▸ EXERCISE
Which lines below include the string "part"? Please show each one.

(Stored data entries)
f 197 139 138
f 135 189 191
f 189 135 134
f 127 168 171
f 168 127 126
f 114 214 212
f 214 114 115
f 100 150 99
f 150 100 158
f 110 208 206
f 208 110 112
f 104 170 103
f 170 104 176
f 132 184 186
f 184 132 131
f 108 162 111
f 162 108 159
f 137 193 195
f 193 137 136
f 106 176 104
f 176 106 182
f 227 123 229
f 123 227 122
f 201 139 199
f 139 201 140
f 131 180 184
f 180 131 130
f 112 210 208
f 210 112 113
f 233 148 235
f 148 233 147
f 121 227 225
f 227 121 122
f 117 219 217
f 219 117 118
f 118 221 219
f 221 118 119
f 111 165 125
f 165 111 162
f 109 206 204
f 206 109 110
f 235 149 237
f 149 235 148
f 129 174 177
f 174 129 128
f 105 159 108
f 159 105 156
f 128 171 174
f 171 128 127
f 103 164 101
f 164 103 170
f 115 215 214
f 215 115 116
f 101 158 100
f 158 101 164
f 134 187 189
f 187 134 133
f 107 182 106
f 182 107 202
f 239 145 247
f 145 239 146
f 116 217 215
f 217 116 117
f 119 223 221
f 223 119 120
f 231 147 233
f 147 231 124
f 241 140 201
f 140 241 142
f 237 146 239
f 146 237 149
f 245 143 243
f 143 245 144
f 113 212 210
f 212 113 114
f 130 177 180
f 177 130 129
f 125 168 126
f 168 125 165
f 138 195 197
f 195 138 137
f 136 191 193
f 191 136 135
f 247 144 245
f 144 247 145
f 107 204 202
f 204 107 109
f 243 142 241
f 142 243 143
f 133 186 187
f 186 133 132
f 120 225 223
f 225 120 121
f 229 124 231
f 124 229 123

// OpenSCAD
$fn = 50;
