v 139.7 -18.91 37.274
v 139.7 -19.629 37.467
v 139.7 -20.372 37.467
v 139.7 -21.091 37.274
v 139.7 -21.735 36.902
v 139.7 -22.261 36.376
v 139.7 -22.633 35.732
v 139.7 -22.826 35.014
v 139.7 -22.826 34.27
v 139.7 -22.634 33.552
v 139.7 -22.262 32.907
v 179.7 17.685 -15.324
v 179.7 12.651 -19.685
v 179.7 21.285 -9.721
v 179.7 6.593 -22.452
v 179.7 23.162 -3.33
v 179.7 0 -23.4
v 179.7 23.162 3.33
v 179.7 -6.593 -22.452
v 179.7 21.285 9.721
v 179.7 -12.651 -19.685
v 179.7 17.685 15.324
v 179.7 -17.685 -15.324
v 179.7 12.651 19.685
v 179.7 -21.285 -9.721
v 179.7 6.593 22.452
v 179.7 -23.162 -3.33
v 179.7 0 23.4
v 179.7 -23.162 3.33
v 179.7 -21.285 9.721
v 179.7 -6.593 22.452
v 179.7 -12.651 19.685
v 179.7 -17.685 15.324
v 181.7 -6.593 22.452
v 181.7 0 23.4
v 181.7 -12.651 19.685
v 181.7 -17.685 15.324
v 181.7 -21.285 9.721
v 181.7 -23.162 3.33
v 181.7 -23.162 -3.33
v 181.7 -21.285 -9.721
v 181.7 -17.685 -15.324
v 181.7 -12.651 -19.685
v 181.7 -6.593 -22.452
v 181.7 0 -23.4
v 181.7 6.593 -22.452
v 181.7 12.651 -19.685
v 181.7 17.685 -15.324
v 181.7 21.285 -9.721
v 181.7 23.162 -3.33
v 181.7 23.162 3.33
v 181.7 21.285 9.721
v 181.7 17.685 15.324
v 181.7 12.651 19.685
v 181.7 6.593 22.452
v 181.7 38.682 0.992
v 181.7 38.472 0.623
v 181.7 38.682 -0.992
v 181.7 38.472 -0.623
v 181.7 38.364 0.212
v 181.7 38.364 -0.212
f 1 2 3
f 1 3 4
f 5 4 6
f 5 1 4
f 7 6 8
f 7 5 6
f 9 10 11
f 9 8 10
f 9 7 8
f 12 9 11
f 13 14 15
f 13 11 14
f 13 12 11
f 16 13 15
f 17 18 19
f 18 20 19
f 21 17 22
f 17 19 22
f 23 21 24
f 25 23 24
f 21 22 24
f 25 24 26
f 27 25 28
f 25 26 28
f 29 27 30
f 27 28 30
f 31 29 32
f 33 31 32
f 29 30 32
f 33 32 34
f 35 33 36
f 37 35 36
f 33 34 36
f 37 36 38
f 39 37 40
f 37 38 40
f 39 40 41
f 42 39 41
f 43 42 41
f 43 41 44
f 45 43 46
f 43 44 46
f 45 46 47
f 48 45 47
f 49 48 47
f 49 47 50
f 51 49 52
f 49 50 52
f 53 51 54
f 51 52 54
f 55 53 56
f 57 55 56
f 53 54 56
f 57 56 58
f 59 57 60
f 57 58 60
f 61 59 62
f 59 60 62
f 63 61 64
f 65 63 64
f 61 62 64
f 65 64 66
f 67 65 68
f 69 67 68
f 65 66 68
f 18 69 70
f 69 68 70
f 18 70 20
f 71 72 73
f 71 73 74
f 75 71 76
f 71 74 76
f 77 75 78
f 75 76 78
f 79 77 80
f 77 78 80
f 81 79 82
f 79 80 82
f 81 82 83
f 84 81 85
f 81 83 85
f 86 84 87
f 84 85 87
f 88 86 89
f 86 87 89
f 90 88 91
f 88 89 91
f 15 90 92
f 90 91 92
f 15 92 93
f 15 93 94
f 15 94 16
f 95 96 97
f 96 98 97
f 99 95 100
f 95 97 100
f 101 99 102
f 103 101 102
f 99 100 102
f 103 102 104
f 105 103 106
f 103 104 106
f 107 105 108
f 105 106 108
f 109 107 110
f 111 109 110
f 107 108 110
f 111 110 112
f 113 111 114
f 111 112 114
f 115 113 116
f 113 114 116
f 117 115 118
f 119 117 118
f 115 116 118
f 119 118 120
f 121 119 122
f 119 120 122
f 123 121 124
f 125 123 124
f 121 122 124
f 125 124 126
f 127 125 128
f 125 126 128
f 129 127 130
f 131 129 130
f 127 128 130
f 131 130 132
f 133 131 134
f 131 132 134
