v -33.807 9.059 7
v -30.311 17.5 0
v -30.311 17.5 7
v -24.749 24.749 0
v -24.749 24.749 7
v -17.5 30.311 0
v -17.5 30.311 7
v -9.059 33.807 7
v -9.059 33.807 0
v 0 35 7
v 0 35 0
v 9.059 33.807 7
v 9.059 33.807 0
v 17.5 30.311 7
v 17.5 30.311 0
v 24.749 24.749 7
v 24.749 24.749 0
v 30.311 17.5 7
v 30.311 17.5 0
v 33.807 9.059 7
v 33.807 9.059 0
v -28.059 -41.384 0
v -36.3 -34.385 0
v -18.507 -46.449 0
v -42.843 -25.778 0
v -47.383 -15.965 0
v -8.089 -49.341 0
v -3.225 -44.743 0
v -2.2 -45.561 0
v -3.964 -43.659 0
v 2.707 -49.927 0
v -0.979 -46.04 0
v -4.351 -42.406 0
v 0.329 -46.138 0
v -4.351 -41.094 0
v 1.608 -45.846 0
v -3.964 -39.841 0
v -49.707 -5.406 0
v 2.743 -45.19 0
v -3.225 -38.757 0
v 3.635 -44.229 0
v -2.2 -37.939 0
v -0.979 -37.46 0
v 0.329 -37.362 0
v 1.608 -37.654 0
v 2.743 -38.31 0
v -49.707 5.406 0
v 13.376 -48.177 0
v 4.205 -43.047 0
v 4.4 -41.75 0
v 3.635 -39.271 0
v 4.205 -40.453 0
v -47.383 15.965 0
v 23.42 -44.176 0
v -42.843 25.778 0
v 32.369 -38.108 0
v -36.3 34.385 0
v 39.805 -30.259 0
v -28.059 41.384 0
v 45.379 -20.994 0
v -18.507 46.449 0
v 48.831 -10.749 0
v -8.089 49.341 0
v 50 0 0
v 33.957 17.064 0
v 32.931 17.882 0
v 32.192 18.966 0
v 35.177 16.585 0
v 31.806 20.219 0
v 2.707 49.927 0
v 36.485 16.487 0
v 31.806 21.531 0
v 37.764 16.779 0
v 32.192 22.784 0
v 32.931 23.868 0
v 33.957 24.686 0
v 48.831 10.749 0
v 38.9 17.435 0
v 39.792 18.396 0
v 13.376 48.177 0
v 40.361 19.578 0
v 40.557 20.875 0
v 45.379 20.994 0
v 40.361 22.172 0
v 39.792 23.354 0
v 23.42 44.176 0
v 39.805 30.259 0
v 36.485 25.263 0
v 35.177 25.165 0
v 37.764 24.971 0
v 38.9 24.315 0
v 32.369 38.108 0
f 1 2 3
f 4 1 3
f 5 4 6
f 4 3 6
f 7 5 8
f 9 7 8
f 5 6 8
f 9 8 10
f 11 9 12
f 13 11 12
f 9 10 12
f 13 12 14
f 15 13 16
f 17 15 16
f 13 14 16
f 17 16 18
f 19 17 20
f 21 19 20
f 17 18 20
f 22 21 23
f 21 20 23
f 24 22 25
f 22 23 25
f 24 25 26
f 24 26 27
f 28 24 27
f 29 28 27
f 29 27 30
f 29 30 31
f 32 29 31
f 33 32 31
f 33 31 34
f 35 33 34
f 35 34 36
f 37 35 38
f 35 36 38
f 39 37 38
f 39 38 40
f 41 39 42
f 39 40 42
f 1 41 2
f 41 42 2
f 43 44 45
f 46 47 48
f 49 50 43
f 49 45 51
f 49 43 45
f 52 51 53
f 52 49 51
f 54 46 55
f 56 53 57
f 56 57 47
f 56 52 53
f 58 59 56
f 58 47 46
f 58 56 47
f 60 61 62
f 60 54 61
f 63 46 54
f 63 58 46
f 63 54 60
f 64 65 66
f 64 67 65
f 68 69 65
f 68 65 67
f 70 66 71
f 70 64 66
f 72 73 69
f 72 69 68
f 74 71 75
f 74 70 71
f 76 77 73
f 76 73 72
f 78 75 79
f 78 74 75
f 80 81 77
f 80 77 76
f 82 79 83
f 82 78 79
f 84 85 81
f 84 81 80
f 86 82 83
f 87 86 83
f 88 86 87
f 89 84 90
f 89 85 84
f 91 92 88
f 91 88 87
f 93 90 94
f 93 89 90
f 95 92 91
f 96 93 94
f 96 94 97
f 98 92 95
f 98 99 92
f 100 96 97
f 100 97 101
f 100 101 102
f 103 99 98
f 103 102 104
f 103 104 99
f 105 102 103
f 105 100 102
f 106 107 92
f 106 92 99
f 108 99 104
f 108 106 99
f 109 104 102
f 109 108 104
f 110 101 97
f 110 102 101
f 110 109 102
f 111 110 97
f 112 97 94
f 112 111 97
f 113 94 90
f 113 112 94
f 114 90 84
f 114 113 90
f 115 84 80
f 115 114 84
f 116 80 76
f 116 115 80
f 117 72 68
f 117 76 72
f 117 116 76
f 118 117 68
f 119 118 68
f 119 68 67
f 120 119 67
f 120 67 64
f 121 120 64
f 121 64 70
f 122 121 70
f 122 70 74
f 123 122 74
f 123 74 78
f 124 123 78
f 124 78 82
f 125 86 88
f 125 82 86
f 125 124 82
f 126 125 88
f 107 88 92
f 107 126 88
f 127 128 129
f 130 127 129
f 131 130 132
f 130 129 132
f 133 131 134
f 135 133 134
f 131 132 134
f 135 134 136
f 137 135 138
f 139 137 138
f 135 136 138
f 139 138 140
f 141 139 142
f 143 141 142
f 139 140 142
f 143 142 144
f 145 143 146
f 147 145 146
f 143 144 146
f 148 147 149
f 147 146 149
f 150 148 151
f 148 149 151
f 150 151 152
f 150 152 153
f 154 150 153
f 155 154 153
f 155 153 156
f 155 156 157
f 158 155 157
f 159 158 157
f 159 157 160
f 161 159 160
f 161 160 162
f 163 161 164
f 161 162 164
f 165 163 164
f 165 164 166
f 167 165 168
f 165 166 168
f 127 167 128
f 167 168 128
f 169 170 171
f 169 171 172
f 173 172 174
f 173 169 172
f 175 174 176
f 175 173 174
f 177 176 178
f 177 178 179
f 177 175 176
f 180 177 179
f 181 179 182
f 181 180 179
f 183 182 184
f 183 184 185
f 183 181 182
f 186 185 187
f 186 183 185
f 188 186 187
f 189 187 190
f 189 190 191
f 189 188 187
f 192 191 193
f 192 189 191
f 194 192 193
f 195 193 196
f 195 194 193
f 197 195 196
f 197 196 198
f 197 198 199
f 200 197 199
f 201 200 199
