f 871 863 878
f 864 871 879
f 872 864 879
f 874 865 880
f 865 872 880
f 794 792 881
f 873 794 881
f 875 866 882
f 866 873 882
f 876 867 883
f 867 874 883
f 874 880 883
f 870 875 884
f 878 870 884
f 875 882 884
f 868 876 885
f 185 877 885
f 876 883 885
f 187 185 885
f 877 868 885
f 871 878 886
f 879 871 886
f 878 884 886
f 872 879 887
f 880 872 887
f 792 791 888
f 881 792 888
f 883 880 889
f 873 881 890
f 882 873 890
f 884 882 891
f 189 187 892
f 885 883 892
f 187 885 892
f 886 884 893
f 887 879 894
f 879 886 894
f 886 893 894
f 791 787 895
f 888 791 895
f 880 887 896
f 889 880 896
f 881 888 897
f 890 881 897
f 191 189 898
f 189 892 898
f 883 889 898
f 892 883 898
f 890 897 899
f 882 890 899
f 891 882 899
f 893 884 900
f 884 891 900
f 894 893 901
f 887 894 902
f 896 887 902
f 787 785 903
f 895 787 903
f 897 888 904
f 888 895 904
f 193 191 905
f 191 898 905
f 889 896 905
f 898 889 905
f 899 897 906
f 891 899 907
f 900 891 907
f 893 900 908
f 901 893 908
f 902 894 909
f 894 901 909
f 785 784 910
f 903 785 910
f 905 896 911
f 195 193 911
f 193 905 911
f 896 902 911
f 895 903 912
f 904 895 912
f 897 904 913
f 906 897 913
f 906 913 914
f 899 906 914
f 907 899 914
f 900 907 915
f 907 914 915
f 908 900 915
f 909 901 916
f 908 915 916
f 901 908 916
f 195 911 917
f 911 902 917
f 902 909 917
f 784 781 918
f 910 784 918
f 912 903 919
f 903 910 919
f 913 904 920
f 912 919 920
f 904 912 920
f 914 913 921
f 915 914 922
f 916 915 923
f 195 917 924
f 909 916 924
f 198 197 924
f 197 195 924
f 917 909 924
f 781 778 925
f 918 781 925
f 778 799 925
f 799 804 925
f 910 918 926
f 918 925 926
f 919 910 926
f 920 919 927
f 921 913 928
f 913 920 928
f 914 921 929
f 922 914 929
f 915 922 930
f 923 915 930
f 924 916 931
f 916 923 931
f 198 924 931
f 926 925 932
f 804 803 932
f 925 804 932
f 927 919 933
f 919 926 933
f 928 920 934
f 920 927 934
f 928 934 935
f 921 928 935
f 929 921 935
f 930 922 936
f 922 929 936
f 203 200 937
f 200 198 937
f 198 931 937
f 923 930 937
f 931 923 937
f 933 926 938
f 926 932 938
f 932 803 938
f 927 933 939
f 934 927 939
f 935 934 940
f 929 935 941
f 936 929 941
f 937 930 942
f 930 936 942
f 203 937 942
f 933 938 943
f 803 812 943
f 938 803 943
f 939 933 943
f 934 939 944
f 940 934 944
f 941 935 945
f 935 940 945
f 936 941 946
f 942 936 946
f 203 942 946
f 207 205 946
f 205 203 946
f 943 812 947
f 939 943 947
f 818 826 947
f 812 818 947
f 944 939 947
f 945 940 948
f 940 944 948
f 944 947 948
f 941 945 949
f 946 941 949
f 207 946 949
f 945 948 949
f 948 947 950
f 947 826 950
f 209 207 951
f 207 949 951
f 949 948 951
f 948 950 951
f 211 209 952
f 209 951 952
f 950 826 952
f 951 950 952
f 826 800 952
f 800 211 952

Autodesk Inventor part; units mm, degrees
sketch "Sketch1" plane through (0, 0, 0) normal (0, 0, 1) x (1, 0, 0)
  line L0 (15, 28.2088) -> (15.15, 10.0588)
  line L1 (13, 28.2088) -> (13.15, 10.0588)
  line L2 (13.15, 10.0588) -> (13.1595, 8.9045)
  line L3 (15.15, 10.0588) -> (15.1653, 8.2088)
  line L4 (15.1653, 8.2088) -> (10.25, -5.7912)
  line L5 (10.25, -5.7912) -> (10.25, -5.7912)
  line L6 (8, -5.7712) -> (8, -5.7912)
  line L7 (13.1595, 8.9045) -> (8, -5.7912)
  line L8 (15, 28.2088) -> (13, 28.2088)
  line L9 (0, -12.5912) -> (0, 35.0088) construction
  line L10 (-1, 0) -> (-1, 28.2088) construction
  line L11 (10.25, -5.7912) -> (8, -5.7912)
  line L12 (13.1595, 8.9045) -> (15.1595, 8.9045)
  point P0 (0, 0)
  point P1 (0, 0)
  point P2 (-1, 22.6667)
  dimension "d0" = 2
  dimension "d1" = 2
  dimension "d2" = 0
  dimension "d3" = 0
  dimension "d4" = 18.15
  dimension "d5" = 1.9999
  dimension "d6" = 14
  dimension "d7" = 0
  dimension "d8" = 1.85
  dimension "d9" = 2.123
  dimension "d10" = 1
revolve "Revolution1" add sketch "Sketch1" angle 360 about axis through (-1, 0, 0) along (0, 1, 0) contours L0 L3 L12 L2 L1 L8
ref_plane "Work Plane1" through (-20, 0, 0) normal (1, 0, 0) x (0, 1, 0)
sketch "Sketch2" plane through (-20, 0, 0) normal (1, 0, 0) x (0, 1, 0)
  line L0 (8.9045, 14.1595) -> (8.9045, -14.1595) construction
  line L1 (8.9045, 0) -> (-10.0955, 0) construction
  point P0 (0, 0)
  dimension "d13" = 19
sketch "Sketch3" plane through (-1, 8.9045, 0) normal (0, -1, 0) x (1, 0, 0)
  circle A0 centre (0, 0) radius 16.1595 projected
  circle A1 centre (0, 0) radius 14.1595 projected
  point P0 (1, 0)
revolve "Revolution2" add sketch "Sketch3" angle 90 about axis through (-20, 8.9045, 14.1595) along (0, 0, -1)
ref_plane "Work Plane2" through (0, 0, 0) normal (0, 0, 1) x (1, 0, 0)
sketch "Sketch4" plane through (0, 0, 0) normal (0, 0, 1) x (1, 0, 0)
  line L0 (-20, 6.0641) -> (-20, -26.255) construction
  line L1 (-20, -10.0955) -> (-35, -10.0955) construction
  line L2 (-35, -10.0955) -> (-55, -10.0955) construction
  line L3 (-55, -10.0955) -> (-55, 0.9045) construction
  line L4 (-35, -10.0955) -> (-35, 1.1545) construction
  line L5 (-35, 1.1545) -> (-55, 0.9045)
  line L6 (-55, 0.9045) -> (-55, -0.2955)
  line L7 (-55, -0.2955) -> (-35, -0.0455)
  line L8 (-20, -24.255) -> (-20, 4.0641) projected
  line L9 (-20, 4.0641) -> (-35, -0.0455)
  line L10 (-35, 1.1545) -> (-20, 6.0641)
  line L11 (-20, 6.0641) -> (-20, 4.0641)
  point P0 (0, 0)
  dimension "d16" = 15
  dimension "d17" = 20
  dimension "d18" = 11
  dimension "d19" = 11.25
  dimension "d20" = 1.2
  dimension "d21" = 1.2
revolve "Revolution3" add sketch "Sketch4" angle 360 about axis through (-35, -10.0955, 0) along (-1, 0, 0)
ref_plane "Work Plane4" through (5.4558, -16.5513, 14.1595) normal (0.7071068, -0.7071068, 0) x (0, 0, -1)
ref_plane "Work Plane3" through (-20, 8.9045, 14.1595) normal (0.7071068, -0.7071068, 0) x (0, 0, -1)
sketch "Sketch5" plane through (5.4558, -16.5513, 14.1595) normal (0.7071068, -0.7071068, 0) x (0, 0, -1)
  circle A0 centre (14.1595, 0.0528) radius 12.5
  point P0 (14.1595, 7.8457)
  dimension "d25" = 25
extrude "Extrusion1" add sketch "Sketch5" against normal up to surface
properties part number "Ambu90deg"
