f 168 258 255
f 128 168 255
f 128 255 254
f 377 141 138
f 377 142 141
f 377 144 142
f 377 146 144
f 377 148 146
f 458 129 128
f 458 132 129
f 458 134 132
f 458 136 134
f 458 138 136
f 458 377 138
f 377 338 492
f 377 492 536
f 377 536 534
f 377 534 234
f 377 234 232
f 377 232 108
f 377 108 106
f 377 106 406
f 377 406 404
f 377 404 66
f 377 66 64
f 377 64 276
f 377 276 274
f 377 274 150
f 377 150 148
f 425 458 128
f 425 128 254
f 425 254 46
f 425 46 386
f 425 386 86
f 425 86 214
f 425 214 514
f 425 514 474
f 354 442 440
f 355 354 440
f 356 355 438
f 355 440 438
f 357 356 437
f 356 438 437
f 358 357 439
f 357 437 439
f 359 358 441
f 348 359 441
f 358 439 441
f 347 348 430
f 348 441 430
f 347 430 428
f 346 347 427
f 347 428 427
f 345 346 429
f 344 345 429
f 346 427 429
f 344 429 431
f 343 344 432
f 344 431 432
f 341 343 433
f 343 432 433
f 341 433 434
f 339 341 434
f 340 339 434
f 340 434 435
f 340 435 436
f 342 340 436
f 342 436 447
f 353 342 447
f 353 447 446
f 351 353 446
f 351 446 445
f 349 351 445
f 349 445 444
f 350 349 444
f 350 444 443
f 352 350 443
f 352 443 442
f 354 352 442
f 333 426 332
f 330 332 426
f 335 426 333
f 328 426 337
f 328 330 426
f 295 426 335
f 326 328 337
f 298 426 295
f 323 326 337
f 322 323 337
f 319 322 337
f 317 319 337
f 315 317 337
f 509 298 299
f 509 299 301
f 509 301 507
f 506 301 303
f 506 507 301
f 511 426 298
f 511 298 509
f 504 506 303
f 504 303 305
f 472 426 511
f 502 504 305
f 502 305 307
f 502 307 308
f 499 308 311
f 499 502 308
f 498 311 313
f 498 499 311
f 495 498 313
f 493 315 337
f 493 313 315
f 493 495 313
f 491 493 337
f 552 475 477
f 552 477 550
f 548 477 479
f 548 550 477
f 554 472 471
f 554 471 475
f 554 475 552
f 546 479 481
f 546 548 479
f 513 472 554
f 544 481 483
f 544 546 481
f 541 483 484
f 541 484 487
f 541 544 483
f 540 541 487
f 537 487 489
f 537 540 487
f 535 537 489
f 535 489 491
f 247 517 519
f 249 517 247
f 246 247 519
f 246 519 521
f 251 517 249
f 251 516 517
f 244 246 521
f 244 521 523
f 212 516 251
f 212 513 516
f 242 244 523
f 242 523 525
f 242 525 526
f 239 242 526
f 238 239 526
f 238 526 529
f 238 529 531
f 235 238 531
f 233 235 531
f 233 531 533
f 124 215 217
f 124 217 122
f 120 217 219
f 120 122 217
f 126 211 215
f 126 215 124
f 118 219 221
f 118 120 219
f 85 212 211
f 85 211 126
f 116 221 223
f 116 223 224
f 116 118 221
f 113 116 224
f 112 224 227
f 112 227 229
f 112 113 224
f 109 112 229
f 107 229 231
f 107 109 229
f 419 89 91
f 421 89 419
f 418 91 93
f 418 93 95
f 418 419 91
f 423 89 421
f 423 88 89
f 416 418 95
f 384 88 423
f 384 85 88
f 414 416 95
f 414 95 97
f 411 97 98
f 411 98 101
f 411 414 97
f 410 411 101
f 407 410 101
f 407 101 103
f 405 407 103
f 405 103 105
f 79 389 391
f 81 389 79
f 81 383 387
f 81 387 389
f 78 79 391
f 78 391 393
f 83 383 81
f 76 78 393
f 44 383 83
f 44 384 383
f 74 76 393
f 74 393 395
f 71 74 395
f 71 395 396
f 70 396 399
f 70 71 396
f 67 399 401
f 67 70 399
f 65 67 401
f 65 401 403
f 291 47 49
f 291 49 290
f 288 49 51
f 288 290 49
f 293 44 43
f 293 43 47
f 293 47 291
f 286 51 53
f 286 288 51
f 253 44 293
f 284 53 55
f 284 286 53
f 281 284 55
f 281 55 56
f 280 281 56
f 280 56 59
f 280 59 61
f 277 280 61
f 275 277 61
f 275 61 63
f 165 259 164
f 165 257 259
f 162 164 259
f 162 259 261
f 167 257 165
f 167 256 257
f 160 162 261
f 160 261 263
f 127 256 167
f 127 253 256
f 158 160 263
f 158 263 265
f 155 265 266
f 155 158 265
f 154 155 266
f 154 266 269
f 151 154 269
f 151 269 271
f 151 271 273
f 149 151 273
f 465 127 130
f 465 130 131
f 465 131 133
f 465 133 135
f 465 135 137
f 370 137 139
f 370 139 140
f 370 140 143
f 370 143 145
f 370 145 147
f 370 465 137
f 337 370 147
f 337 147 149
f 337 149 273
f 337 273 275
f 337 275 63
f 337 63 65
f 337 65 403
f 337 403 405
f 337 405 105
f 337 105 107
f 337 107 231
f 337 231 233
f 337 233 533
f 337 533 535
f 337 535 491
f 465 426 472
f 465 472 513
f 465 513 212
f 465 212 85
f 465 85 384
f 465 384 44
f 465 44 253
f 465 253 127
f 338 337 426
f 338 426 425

▸ EXERCISE RESULT
Autodesk Inventor part; units mm, degrees
properties part number "Ambu90deg"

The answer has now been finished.